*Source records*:
=====
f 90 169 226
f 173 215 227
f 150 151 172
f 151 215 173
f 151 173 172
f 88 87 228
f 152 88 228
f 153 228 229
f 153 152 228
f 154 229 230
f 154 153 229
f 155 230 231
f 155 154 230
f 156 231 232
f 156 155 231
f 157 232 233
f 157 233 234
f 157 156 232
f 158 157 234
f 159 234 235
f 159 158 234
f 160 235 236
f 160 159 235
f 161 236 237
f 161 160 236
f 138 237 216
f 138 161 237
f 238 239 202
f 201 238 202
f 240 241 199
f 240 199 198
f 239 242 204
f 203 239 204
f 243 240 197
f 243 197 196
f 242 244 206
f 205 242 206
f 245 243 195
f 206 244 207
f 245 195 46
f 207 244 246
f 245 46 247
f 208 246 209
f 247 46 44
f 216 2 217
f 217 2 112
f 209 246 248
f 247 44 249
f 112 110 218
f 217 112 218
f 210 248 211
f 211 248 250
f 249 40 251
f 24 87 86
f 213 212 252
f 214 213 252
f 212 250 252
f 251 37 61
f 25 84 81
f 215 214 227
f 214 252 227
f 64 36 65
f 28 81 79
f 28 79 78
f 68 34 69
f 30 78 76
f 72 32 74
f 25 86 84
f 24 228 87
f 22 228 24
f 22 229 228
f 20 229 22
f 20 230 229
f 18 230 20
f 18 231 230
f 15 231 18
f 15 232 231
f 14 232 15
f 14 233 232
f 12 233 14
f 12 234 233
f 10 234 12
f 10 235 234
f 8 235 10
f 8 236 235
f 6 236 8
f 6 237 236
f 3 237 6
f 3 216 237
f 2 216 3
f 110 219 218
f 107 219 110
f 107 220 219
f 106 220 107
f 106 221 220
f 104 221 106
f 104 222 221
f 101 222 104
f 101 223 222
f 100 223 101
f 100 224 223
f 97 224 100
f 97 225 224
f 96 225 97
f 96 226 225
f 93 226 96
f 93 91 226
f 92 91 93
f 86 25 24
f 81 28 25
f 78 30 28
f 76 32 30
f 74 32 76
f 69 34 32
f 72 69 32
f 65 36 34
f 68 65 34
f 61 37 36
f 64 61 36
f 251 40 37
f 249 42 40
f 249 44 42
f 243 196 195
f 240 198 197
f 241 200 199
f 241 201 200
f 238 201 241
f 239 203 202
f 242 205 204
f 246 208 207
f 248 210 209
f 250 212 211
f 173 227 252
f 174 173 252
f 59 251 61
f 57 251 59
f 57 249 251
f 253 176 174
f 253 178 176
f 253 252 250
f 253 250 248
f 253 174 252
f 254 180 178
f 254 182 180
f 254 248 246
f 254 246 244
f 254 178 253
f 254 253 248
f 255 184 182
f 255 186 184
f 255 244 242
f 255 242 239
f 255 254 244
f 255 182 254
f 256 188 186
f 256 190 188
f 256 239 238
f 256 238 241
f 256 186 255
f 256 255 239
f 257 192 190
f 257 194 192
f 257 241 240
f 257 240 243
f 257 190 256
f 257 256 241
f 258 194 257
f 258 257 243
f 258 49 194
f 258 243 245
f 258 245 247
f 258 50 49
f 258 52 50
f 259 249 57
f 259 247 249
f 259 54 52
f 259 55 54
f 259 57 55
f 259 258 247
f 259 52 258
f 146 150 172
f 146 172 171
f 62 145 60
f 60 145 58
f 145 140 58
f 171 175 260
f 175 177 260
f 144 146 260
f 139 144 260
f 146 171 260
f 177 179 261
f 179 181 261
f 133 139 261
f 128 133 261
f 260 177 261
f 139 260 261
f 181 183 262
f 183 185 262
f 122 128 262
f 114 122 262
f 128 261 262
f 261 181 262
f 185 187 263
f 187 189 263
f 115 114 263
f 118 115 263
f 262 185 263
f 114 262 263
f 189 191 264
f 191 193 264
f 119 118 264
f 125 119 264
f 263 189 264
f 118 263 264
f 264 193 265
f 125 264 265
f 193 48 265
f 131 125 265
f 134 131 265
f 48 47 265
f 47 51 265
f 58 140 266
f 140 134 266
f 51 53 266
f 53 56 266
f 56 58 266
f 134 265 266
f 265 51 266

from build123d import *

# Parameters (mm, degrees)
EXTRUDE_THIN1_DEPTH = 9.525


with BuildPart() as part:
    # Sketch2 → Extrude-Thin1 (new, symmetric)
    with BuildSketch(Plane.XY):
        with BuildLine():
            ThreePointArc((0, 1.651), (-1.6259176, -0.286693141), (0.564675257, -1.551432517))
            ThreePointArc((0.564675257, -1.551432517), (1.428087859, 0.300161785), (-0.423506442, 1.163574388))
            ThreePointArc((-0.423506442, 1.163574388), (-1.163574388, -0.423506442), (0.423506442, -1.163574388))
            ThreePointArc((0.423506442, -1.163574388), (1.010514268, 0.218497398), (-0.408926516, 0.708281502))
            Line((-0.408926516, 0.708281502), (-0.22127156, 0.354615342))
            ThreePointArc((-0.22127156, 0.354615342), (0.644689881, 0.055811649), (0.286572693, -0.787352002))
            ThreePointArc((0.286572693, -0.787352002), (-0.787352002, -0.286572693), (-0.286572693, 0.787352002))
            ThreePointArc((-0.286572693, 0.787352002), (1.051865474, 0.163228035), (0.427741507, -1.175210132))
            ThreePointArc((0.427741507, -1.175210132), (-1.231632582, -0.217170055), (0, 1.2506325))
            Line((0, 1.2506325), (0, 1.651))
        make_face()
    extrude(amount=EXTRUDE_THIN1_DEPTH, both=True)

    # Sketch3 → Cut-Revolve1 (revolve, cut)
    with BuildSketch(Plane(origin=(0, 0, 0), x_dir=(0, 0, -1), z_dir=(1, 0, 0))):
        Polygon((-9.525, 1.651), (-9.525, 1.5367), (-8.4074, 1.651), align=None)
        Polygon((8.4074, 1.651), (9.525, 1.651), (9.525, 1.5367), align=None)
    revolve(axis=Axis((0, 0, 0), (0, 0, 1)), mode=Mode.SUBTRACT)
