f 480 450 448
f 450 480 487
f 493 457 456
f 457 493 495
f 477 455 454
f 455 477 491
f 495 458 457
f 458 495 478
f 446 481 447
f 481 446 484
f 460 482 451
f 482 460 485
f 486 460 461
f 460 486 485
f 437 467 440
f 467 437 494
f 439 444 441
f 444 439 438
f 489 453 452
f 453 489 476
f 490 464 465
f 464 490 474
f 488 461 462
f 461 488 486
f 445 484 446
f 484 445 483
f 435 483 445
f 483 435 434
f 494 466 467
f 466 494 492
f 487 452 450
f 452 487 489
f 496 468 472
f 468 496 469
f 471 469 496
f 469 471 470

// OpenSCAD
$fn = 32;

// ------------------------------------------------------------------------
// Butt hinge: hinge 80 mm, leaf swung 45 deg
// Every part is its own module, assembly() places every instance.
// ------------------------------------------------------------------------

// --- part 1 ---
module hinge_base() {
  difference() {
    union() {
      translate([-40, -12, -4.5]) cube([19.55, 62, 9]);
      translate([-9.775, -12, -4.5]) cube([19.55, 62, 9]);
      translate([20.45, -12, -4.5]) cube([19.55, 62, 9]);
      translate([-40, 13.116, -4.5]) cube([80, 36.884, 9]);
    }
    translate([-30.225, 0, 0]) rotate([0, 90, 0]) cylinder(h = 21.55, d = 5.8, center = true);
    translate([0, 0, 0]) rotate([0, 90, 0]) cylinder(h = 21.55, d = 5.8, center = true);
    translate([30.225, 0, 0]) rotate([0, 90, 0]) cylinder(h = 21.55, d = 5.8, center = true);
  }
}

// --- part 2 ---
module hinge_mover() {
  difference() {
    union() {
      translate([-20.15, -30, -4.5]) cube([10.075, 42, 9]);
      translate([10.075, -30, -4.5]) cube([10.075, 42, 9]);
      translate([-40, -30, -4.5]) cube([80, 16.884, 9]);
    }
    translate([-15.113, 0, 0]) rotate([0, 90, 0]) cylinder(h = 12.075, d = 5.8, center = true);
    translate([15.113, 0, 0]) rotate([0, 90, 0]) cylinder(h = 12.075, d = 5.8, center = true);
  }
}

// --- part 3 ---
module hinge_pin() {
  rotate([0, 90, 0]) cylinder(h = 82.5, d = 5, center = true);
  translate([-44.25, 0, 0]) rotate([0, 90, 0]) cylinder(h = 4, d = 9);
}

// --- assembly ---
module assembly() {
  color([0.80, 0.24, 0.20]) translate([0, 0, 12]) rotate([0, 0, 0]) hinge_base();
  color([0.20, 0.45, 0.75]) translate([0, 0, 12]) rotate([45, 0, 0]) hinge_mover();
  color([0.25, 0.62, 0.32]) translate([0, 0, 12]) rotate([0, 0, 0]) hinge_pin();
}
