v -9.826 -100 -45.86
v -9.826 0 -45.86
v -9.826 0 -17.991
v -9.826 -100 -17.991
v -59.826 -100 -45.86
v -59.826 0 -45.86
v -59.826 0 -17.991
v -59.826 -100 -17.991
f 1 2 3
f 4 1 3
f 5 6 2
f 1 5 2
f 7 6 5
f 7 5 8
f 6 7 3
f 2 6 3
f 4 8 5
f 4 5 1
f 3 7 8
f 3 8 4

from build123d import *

# Parameters (mm, degrees)
F1_DEPTH = 100
F0_R     = 15.3620181697
F0_W     = 50
F0_H     = 27.8688543963


with BuildPart() as f1:
    # F0 (on Front) → F1 (new body)
    with BuildSketch(Plane.XZ):
        Polygon((-50.8095297794, 0), (-29.4980568604, 0), (0, 29.5502637848), (0, 52.0912465749), align=None)
    extrude(amount=F1_DEPTH)


with BuildPart() as f1b:
    # F0 (on Front) → F1, piece 2 (new body)
    with BuildSketch(Plane.XZ):
        with Locations((29.9281747926, 34.0584610181)):
            Circle(F0_R)
    extrude(amount=F1_DEPTH)


with BuildPart() as f1c:
    # F0 (on Front) → F1, piece 3 (new body)
    with BuildSketch(Plane.XZ):
        with Locations((-34.8259250902, -31.9251453594)):
            Rectangle(F0_W, F0_H)
    extrude(amount=F1_DEPTH)


solid = f1c.part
=====
*What the task asks*: What you give back should be only the lines of the records above, starting at the line with "f 160 235 236" and ending at the line with "f 240 198 197", restated word for word.

*Written answer*:
f 160 235 236
f 160 159 235
f 161 236 237
f 161 160 236
f 138 237 216
f 138 161 237
f 238 239 202
f 201 238 202
f 240 241 199
f 240 199 198
f 239 242 204
f 203 239 204
f 243 240 197
f 243 197 196
f 242 244 206
f 205 242 206
f 245 243 195
f 206 244 207
f 245 195 46
f 207 244 246
f 245 46 247
f 208 246 209
f 247 46 44
f 216 2 217
f 217 2 112
f 209 246 248
f 247 44 249
f 112 110 218
f 217 112 218
f 210 248 211
f 211 248 250
f 249 40 251
f 24 87 86
f 213 212 252
f 214 213 252
f 212 250 252
f 251 37 61
f 25 84 81
f 215 214 227
f 214 252 227
f 64 36 65
f 28 81 79
f 28 79 78
f 68 34 69
f 30 78 76
f 72 32 74
f 25 86 84
f 24 228 87
f 22 228 24
f 22 229 228
f 20 229 22
f 20 230 229
f 18 230 20
f 18 231 230
f 15 231 18
f 15 232 231
f 14 232 15
f 14 233 232
f 12 233 14
f 12 234 233
f 10 234 12
f 10 235 234
f 8 235 10
f 8 236 235
f 6 236 8
f 6 237 236
f 3 237 6
f 3 216 237
f 2 216 3
f 110 219 218
f 107 219 110
f 107 220 219
f 106 220 107
f 106 221 220
f 104 221 106
f 104 222 221
f 101 222 104
f 101 223 222
f 100 223 101
f 100 224 223
f 97 224 100
f 97 225 224
f 96 225 97
f 96 226 225
f 93 226 96
f 93 91 226
f 92 91 93
f 86 25 24
f 81 28 25
f 78 30 28
f 76 32 30
f 74 32 76
f 69 34 32
f 72 69 32
f 65 36 34
f 68 65 34
f 61 37 36
f 64 61 36
f 251 40 37
f 249 42 40
f 249 44 42
f 243 196 195
f 240 198 197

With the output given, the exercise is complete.